Problem description:
This exercise asks for a copy of each line in the records below with the word "PartDesign" in it.

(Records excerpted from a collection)
[Start of section]

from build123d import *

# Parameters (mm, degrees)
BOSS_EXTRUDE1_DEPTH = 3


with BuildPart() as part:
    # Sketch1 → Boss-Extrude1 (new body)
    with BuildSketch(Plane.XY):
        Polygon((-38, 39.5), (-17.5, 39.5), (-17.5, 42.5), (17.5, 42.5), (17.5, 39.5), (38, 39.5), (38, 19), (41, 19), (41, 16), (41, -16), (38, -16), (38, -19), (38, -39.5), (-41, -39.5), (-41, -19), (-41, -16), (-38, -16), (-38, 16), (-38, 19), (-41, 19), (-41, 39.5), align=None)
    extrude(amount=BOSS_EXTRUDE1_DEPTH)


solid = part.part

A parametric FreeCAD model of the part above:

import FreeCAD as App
import Part
import Sketcher
Q = App.Units.Quantity

doc = App.newDocument("Part")
params = doc.addObject("Spreadsheet::Sheet", "Params")
for row, (alias, value) in enumerate([
    ("sketch1_width", "3 mm"),
    ("sketch1_width2", "79 mm"),
    ("sketch1_width3", "35 mm"),
    ("pad1_length", "3 mm"),
], start=1):
    params.set(f"A{row}", alias)
    params.set(f"B{row}", "=" + value)
    params.setAlias(f"B{row}", alias)

body = doc.addObject("PartDesign::Body", "Body")

sketch1 = body.newObject("Sketcher::SketchObject", "Sketch")
sketch1.AttachmentSupport = (doc.getObject("XY_Plane"), [""])
sketch1.MapMode = "FlatFace"
sketch1.addGeometry(Part.LineSegment(App.Vector(-17.5, 39.5, 0), App.Vector(-41, 39.5, 0)), False)
sketch1.addGeometry(Part.LineSegment(App.Vector(-41, 39.5, 0), App.Vector(-41, 19, 0)), False)
sketch1.addGeometry(Part.LineSegment(App.Vector(-41, 19, 0), App.Vector(-38, 19, 0)), False)
sketch1.addGeometry(Part.LineSegment(App.Vector(-38, 19, 0), App.Vector(-38, -16, 0)), False)
sketch1.addGeometry(Part.LineSegment(App.Vector(-38, -16, 0), App.Vector(-41, -16, 0)), False)
sketch1.addGeometry(Part.LineSegment(App.Vector(-41, -16, 0), App.Vector(-41, -39.5, 0)), False)
sketch1.addGeometry(Part.LineSegment(App.Vector(-41, -39.5, 0), App.Vector(38, -39.5, 0)), False)
sketch1.addGeometry(Part.LineSegment(App.Vector(38, -39.5, 0), App.Vector(38, -16, 0)), False)
sketch1.addGeometry(Part.LineSegment(App.Vector(38, -16, 0), App.Vector(41, -16, 0)), False)
sketch1.addGeometry(Part.LineSegment(App.Vector(41, -16, 0), App.Vector(41, 19, 0)), False)
sketch1.addGeometry(Part.LineSegment(App.Vector(41, 19, 0), App.Vector(38, 19, 0)), False)
sketch1.addGeometry(Part.LineSegment(App.Vector(38, 19, 0), App.Vector(38, 39.5, 0)), False)
sketch1.addGeometry(Part.LineSegment(App.Vector(38, 39.5, 0), App.Vector(17.5, 39.5, 0)), False)
sketch1.addGeometry(Part.LineSegment(App.Vector(17.5, 39.5, 0), App.Vector(17.5, 42.5, 0)), False)
sketch1.addGeometry(Part.LineSegment(App.Vector(17.5, 42.5, 0), App.Vector(-17.5, 42.5, 0)), False)
sketch1.addGeometry(Part.LineSegment(App.Vector(-17.5, 42.5, 0), App.Vector(-17.5, 39.5, 0)), False)
sketch1.addConstraint(Sketcher.Constraint("Coincident", 0, 2, 1, 1))
sketch1.addConstraint(Sketcher.Constraint("Coincident", 1, 2, 2, 1))
sketch1.addConstraint(Sketcher.Constraint("Coincident", 2, 2, 3, 1))
sketch1.addConstraint(Sketcher.Constraint("Coincident", 3, 2, 4, 1))
sketch1.addConstraint(Sketcher.Constraint("Coincident", 4, 2, 5, 1))
sketch1.addConstraint(Sketcher.Constraint("Coincident", 5, 2, 6, 1))
sketch1.addConstraint(Sketcher.Constraint("Coincident", 6, 2, 7, 1))
sketch1.addConstraint(Sketcher.Constraint("Coincident", 7, 2, 8, 1))
sketch1.addConstraint(Sketcher.Constraint("Coincident", 8, 2, 9, 1))
sketch1.addConstraint(Sketcher.Constraint("Coincident", 9, 2, 10, 1))
sketch1.addConstraint(Sketcher.Constraint("Coincident", 10, 2, 11, 1))
sketch1.addConstraint(Sketcher.Constraint("Coincident", 11, 2, 12, 1))
sketch1.addConstraint(Sketcher.Constraint("Coincident", 12, 2, 13, 1))
sketch1.addConstraint(Sketcher.Constraint("Coincident", 13, 2, 14, 1))
sketch1.addConstraint(Sketcher.Constraint("Coincident", 14, 2, 15, 1))
sketch1.addConstraint(Sketcher.Constraint("Coincident", 15, 2, 0, 1))
sketch1.addConstraint(Sketcher.Constraint("Horizontal", 0))
sketch1.addConstraint(Sketcher.Constraint("Vertical", 1))
sketch1.addConstraint(Sketcher.Constraint("Horizontal", 2))
sketch1.addConstraint(Sketcher.Constraint("Vertical", 3))
sketch1.addConstraint(Sketcher.Constraint("Horizontal", 4))
sketch1.addConstraint(Sketcher.Constraint("Vertical", 5))
sketch1.addConstraint(Sketcher.Constraint("Horizontal", 6))
sketch1.addConstraint(Sketcher.Constraint("Vertical", 7))
sketch1.addConstraint(Sketcher.Constraint("Horizontal", 8))
sketch1.addConstraint(Sketcher.Constraint("Vertical", 9))
sketch1.addConstraint(Sketcher.Constraint("Horizontal", 10))
sketch1.addConstraint(Sketcher.Constraint("Vertical", 11))
sketch1.addConstraint(Sketcher.Constraint("Horizontal", 12))
sketch1.addConstraint(Sketcher.Constraint("Vertical", 13))
sketch1.addConstraint(Sketcher.Constraint("Horizontal", 14))
sketch1.addConstraint(Sketcher.Constraint("Vertical", 15))
sketch1.addConstraint(Sketcher.Constraint("Symmetric", 3, 2, 7, 2, -2))
sketch1.addConstraint(Sketcher.Constraint("Symmetric", 1, 2, 9, 2, -2))
sketch1.addConstraint(Sketcher.Constraint("Symmetric", 12, 2, 15, 2, -2))
sketch1.addConstraint(Sketcher.Constraint("Symmetric", 0, 2, 5, 2, -1))
sketch1.addConstraint(Sketcher.Constraint("Vertical", 7, 2, 10, 2))
sketch1.addConstraint(Sketcher.Constraint("Equal", 12, 1))
sketch1.addConstraint(Sketcher.Constraint("Equal", 14, 3))
sketch1.addConstraint(Sketcher.Constraint("Equal", 0, 5))
sketch1.addConstraint(Sketcher.Constraint("Equal", 10, 13))
sketch1.addConstraint(Sketcher.Constraint("DistanceX", 2, 1, 2, 2, Q("3 mm")))
sketch1.addConstraint(Sketcher.Constraint("DistanceX", 6, 1, 6, 2, Q("79 mm")))
sketch1.addConstraint(Sketcher.Constraint("DistanceX", 14, 2, 14, 1, Q("35 mm")))
sketch1.setExpression("Constraints[41]", "Params.sketch1_width")
sketch1.setExpression("Constraints[42]", "Params.sketch1_width2")
sketch1.setExpression("Constraints[43]", "Params.sketch1_width3")
pad1 = body.newObject("PartDesign::Pad", "Pad")
pad1.Profile = sketch1
pad1.setExpression("Length", "Params.pad1_length")

doc.recompute()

[End of section]

Response box:
body = doc.addObject("PartDesign::Body", "Body")
pad1 = body.newObject("PartDesign::Pad", "Pad")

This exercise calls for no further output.